History of Camp 5

Camp 5 was established through a charter dated March 17, 1930, granted by the Seven Wardens (“These Seven”) to seven petitioning engineers.  The Charter states, in part:

These Seven delegate to this Camp, on petition, such authority as is necessary for the carrying out of the ceremony of the Ritual as set forth herein,

You are charged with the custody of the text of the Ritual, the notes appended thereto, and the Ancient Landmarks of which nothing can be altered or varied by anyone

You are empowered to act under the “Rule of Governance” drawn up the Seven which may be changed, for good reason, by them only.

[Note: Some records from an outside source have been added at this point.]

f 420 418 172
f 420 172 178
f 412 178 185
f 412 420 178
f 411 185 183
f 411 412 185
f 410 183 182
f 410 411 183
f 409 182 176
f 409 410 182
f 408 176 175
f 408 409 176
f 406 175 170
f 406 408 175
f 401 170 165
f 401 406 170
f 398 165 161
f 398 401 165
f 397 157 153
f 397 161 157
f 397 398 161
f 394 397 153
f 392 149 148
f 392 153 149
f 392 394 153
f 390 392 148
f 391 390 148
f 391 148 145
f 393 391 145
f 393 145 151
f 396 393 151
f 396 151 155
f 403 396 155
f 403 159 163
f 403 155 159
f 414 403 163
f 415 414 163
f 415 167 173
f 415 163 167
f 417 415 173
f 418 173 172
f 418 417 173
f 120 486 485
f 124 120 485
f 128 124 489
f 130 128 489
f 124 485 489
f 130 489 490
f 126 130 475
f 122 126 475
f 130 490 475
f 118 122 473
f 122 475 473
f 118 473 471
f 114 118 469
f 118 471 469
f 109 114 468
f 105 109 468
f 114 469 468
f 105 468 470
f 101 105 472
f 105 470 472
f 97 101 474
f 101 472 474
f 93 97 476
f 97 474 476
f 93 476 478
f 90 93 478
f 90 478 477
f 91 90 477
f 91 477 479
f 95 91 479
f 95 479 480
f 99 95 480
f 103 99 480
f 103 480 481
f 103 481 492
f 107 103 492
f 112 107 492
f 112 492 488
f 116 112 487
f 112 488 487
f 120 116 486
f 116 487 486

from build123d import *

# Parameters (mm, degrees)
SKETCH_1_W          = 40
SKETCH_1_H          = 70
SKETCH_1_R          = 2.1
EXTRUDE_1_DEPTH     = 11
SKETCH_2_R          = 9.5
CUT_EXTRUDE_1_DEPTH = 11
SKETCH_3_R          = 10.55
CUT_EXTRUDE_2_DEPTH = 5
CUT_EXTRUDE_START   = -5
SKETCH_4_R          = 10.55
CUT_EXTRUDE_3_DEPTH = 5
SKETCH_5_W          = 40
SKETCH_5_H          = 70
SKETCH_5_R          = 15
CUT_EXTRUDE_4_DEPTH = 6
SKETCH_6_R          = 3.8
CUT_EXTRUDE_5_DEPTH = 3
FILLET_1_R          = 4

This camp shall be known as Number Five of the “Ritual of the Calling of an Engineer” pertaining to the university or district of Vancouver, B.C.”

Given under my hand at Montreal under date March 17th 1930 by authority of the Seven.

One of the seven petitioners and original camp wardens was Dr. Ernest Albert Cleveland, who served as first Chief Commissioner of the Greater Vancouver Water District from 1926 until his death in 1952.  [The Cleveland Dam in North Vancouver is named after him.]  He was responsible for securing the anvil and blacksmith’s hammer used in the Camp 5 ceremonies were used initially in the construction of the water tunnel from Burwell Lake to Seymour River. At its initial ceremony in 1932, Camp 5 obligated 23 engineers.  Since then, Camp 5 has obligated over 34,000 engineers.  For over half a century, these were primarily engineering graduates from the University of British Columbia. Since 1986, the obligants have included graduates from Simon Fraser University (initially through its accredited Engineering Science program); and since 2010 the obligants have included graduates from the British Columbia Institute of Technology (initially through its accredited Civil Engineering program).  Also of note, in 2010 the first graduates from UBC Okanagan were obligated through Camp 5 – subsequently UBCO graduates have been obligated through Camp 26 (Kelowna).  Camp 5 currently obligates over 1,000 engineers a year.